Decision Date11 October 1926
Citation210 N.W. 657,54 N.D. 686
CourtNorth Dakota Supreme Court

Appeal from the District Court of Foster County, Coffey, J.

Remanded for further proceedings.

Case remanded.

C. B Craven, for appellant.

The doctrine of marshalling can never be invoked so as to deprive a debtor of his homestead or other exempt property by a creditor as to whose lien there has been no waiver of such homestead or exempt property. 26 Cyc. 933 cases cited in note 24; 29 C. J. 877, § 242 and cases cited; Smith v Wait, 29 Wis. 512; Hanson v. Edger, 34 Wis. 653.

Marshalling will never be required where an injury will be done to other persons. Comp. Laws 1913, § 6716; 26 Cyc. 931 and cases cited in notes 15 and 16.

The rule, requiring sale of separate parcels in the inverse order of alienation, does not apply where the different parcels have been conveyed subject to the mortgage sought to be foreclosed. 27 Cyc. 1371 and cases cited in note 47; Newby v. Norton (Kan.) 47 L.R.A. (N.S.) 302, 133 P 890; Chancellor v. Towell, 80 N.J.Eq. 223, 39 L.R.A. (N.S.) 359, 82 A. 861, Ann. Cas. 1914A, 710.

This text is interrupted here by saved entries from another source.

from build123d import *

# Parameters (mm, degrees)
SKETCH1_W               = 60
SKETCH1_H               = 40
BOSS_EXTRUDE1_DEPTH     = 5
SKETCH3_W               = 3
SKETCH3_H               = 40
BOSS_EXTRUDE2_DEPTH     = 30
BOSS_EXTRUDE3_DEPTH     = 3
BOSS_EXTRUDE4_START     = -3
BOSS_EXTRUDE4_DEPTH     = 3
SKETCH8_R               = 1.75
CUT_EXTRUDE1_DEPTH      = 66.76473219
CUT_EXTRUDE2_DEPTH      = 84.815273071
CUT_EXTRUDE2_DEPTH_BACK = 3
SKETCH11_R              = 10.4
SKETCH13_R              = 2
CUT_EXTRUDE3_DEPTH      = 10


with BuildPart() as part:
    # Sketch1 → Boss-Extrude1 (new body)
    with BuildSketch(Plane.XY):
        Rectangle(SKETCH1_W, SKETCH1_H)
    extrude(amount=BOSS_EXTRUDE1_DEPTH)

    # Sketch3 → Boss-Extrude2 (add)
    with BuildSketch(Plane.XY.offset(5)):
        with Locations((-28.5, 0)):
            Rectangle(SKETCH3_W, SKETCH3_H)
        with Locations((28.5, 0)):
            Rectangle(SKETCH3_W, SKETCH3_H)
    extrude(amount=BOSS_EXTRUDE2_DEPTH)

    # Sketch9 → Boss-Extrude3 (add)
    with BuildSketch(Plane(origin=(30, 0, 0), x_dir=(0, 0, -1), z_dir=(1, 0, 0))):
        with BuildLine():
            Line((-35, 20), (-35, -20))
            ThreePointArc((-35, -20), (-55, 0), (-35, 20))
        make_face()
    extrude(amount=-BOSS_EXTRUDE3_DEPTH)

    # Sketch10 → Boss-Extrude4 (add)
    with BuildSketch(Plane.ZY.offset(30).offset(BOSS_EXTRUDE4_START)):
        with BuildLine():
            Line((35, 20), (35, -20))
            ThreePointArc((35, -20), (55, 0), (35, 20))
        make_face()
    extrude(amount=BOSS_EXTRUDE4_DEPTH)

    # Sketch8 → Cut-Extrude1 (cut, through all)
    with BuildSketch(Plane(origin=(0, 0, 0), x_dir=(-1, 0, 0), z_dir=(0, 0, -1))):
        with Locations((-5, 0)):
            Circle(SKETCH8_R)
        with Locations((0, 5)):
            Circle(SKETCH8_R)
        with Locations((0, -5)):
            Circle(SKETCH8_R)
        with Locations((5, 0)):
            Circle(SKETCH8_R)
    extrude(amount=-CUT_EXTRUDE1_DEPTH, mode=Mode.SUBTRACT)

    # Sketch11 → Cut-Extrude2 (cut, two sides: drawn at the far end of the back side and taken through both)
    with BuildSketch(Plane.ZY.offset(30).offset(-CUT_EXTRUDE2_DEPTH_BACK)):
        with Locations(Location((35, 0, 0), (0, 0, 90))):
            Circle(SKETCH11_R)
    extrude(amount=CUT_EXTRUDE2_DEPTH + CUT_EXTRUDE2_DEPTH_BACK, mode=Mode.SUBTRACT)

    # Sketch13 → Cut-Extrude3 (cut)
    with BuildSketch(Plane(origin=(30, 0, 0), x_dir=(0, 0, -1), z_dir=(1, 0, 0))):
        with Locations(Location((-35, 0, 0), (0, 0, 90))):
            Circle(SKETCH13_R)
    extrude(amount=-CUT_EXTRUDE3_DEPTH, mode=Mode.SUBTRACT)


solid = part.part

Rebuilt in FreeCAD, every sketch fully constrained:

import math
import FreeCAD as App
import Part
import Sketcher

V = App.Vector
Q = App.Units.Quantity

doc = App.newDocument("Part")
body = doc.addObject("PartDesign::Body", "Body")

# Sketch on XY plane
sketch1 = doc.addObject("Sketcher::SketchObject", "Sketch")
body.addObject(sketch1)
sketch1.AttachmentSupport = (doc.XY_Plane, [""])
sketch1.MapMode = "FlatFace"
sketch1.addGeometry([
    Part.LineSegment(V(-30, 20, 0), V(-30, -20, 0)),
    Part.LineSegment(V(-30, -20, 0), V(30, -20, 0)),
    Part.LineSegment(V(30, -20, 0), V(30, 20, 0)),
    Part.LineSegment(V(30, 20, 0), V(-30, 20, 0)),
], False)
sketch1.addConstraint([
    Sketcher.Constraint("Coincident", 0, 2, 1, 1),
    Sketcher.Constraint("Coincident", 1, 2, 2, 1),
    Sketcher.Constraint("Coincident", 2, 2, 3, 1),
    Sketcher.Constraint("Coincident", 3, 2, 0, 1),
    Sketcher.Constraint("Vertical", 0),
    Sketcher.Constraint("Horizontal", 1),
    Sketcher.Constraint("Vertical", 2),
    Sketcher.Constraint("Horizontal", 3),
    Sketcher.Constraint("Symmetric", 0, 2, 2, 2, -1, 1),
    Sketcher.Constraint("DistanceX", 1, 1, 1, 2, Q("60 mm")),
    Sketcher.Constraint("DistanceY", 0, 2, 0, 1, Q("40 mm")),
])
pad1 = doc.addObject("PartDesign::Pad", "Pad")
body.addObject(pad1)
pad1.Profile = sketch1
pad1.Length = 5

# Sketch on XY plane
sketch2 = doc.addObject("Sketcher::SketchObject", "Sketch001")
body.addObject(sketch2)
sketch2.AttachmentSupport = (doc.XY_Plane, [""])
sketch2.MapMode = "FlatFace"
sketch2.AttachmentOffset = App.Placement(V(0, 0, 5), App.Rotation())
sketch2.addGeometry([
    Part.LineSegment(V(-30, 20, 0), V(-30, -20, 0)),  # 0
    Part.LineSegment(V(-30, -20, 0), V(-27, -20, 0)),  # 1
    Part.LineSegment(V(-27, -20, 0), V(-27, 20, 0)),  # 2
    Part.LineSegment(V(-27, 20, 0), V(-30, 20, 0)),  # 3
    Part.LineSegment(V(27, 20, 0), V(27, -20, 0)),  # 4
    Part.LineSegment(V(27, -20, 0), V(30, -20, 0)),  # 5
    Part.LineSegment(V(30, -20, 0), V(30, 20, 0)),  # 6
    Part.LineSegment(V(30, 20, 0), V(27, 20, 0)),  # 7
], False)
sketch2.addConstraint([
    Sketcher.Constraint("Coincident", 0, 2, 1, 1),
    Sketcher.Constraint("Coincident", 1, 2, 2, 1),
    Sketcher.Constraint("Coincident", 2, 2, 3, 1),
    Sketcher.Constraint("Coincident", 3, 2, 0, 1),
    Sketcher.Constraint("Coincident", 4, 2, 5, 1),
    Sketcher.Constraint("Coincident", 5, 2, 6, 1),
    Sketcher.Constraint("Coincident", 6, 2, 7, 1),
    Sketcher.Constraint("Coincident", 7, 2, 4, 1),
    Sketcher.Constraint("Vertical", 0),
    Sketcher.Constraint("Horizontal", 1),
    Sketcher.Constraint("Vertical", 2),
    Sketcher.Constraint("Horizontal", 3),
    Sketcher.Constraint("Vertical", 4),
    Sketcher.Constraint("Horizontal", 5),
    Sketcher.Constraint("Vertical", 6),
    Sketcher.Constraint("Horizontal", 7),
    Sketcher.Constraint("Symmetric", 2, 2, 4, 2, -1, 1),
    Sketcher.Constraint("Symmetric", 0, 2, 6, 2, -1, 1),
    Sketcher.Constraint("Horizontal", 1, 2, 4, 2),
    Sketcher.Constraint("DistanceX", 1, 1, 1, 2, Q("3 mm")),
    Sketcher.Constraint("DistanceY", 0, 2, 0, 1, Q("40 mm")),
    Sketcher.Constraint("DistanceX", 0, 2, -1, 1, Q("30 mm")),
])
pad2 = doc.addObject("PartDesign::Pad", "Pad001")
body.addObject(pad2)
pad2.Profile = sketch2
pad2.Length = 30

# Sketch on YZ plane
sketch3 = doc.addObject("Sketcher::SketchObject", "Sketch002")
body.addObject(sketch3)
sketch3.AttachmentSupport = (doc.YZ_Plane, [""])
sketch3.MapMode = "FlatFace"
sketch3.AttachmentOffset = App.Placement(V(0, 0, 30), App.Rotation())
sketch3.addGeometry([
    Part.LineSegment(V(-20, 35, 0), V(20, 35, 0)),
    Part.ArcOfCircle(Part.Circle(V(0, 35, 0), V(0, 0, 1), 20), math.radians(0), math.radians(180)),
], False)
sketch3.addConstraint([
    Sketcher.Constraint("Coincident", 0, 1, 1, 2),
    Sketcher.Constraint("Coincident", 1, 1, 0, 2),
    Sketcher.Constraint("Horizontal", 0),
    Sketcher.Constraint("PointOnObject", 1, 3, -2),
    Sketcher.Constraint("Horizontal", 1, 3, 0, 1),
    Sketcher.Constraint("Radius", 1, Q("20 mm")),
    Sketcher.Constraint("DistanceY", -1, 1, 1, 3, Q("35 mm")),
])
pad3 = doc.addObject("PartDesign::Pad", "Pad002")
body.addObject(pad3)
pad3.Profile = sketch3
pad3.Length = 3
pad3.Reversed = True

# Sketch on YZ plane
sketch4 = doc.addObject("Sketcher::SketchObject", "Sketch003")
body.addObject(sketch4)
sketch4.AttachmentSupport = (doc.YZ_Plane, [""])
sketch4.MapMode = "FlatFace"
sketch4.AttachmentOffset = App.Placement(V(0, 0, -27), App.Rotation())
sketch4.addGeometry([
    Part.LineSegment(V(20, 35, 0), V(-20, 35, 0)),
    Part.ArcOfCircle(Part.Circle(V(0, 35, 0), V(0, 0, 1), 20), math.radians(0), math.radians(180)),
], False)
sketch4.addConstraint([
    Sketcher.Constraint("Coincident", 0, 1, 1, 1),
    Sketcher.Constraint("Coincident", 1, 2, 0, 2),
    Sketcher.Constraint("Horizontal", 0),
    Sketcher.Constraint("PointOnObject", 1, 3, -2),
    Sketcher.Constraint("Horizontal", 1, 3, 0, 1),
    Sketcher.Constraint("Radius", 1, Q("20 mm")),
    Sketcher.Constraint("DistanceY", -1, 1, 1, 3, Q("35 mm")),
])
pad4 = doc.addObject("PartDesign::Pad", "Pad003")
body.addObject(pad4)
pad4.Profile = sketch4
pad4.Length = 3
pad4.Reversed = True

# Sketch on XY plane
sketch5 = doc.addObject("Sketcher::SketchObject", "Sketch004")
body.addObject(sketch5)
sketch5.AttachmentSupport = (doc.XY_Plane, [""])
sketch5.MapMode = "FlatFace"
sketch5.addGeometry([
    Part.Circle(V(5, 0, 0), V(0, 0, 1), 1.8),
    Part.Circle(V(0, 5, 0), V(0, 0, 1), 1.8),
    Part.Circle(V(0, -5, 0), V(0, 0, 1), 1.8),
    Part.Circle(V(-5, 0, 0), V(0, 0, 1), 1.8),
], False)
sketch5.addConstraint([
    Sketcher.Constraint("Equal", 0, 1),
    Sketcher.Constraint("Equal", 1, 2),
    Sketcher.Constraint("Equal", 2, 3),
    Sketcher.Constraint("Symmetric", 1, 3, 2, 3, -1, 1),
    Sketcher.Constraint("Symmetric", 0, 3, 3, 3, -1, 1),
    Sketcher.Constraint("PointOnObject", 0, 3, -1),
    Sketcher.Constraint("PointOnObject", 1, 3, -2),
    Sketcher.Constraint("Diameter", 0, Q("3.5 mm")),
    Sketcher.Constraint("DistanceX", -1, 1, 0, 3, Q("5 mm")),
    Sketcher.Constraint("DistanceY", -1, 1, 1, 3, Q("5 mm")),
])
pocket1 = doc.addObject("PartDesign::Pocket", "Pocket")
body.addObject(pocket1)
pocket1.Profile = sketch5
pocket1.Type = "ThroughAll"
pocket1.Reversed = True

# Sketch on YZ plane
sketch6 = doc.addObject("Sketcher::SketchObject", "Sketch005")
body.addObject(sketch6)
sketch6.AttachmentSupport = (doc.YZ_Plane, [""])
sketch6.MapMode = "FlatFace"
sketch6.AttachmentOffset = App.Placement(V(0, 0, -30), App.Rotation())
sketch6.addGeometry(Part.Circle(V(0, 35, 0), V(0, 0, 1), 10), False)
sketch6.addConstraint([
    Sketcher.Constraint("PointOnObject", 0, 3, -2),
    Sketcher.Constraint("Diameter", 0, Q("20.8 mm")),
    Sketcher.Constraint("DistanceY", -1, 1, 0, 3, Q("35 mm")),
])
pocket2 = doc.addObject("PartDesign::Pocket", "Pocket001")
body.addObject(pocket2)
pocket2.Profile = sketch6
pocket2.Type = "TwoLengths"
pocket2.Length = 84.815273
pocket2.Length2 = 3

# Sketch on YZ plane
sketch7 = doc.addObject("Sketcher::SketchObject", "Sketch006")
body.addObject(sketch7)
sketch7.AttachmentSupport = (doc.YZ_Plane, [""])
sketch7.MapMode = "FlatFace"
sketch7.AttachmentOffset = App.Placement(V(0, 0, 30), App.Rotation())
sketch7.addGeometry(Part.Circle(V(0, 35, 0), V(0, 0, 1), 2), False)
sketch7.addConstraint([
    Sketcher.Constraint("PointOnObject", 0, 3, -2),
    Sketcher.Constraint("Diameter", 0, Q("4 mm")),
    Sketcher.Constraint("DistanceY", -1, 1, 0, 3, Q("35 mm")),
])
pocket3 = doc.addObject("PartDesign::Pocket", "Pocket002")
body.addObject(pocket3)
pocket3.Profile = sketch7
pocket3.Length = 10

doc.recompute()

C. W Burnham and Kelly & Morris, for respondent.

Marshalling may be had against a subsequent assignee of a singly charged fund who takes it for an antecedent debt and thus is chargeable with all equity enforceable against his assignor. Hunt v. Townsend, 4 Sandf. Ch. (N.Y.) 510.

"This rule is generally held to apply to subsequent mortgages of the equity of redemption, as well as absolute conveyance of it." Jones, Mortg. 7th ed., § 1622; Fassett v. Mullock, 5 Colo. 466; Payne v. Avery, 21 Mich. 524; Dawes v. Commus, 23 N.J.Eq. 456.

NUESSLE, J. CHRISTIANSON, Ch. J., and BURKE, BIRDZELL, and JOHNSON, JJ., concur.

OPINION

NUESSLE, J.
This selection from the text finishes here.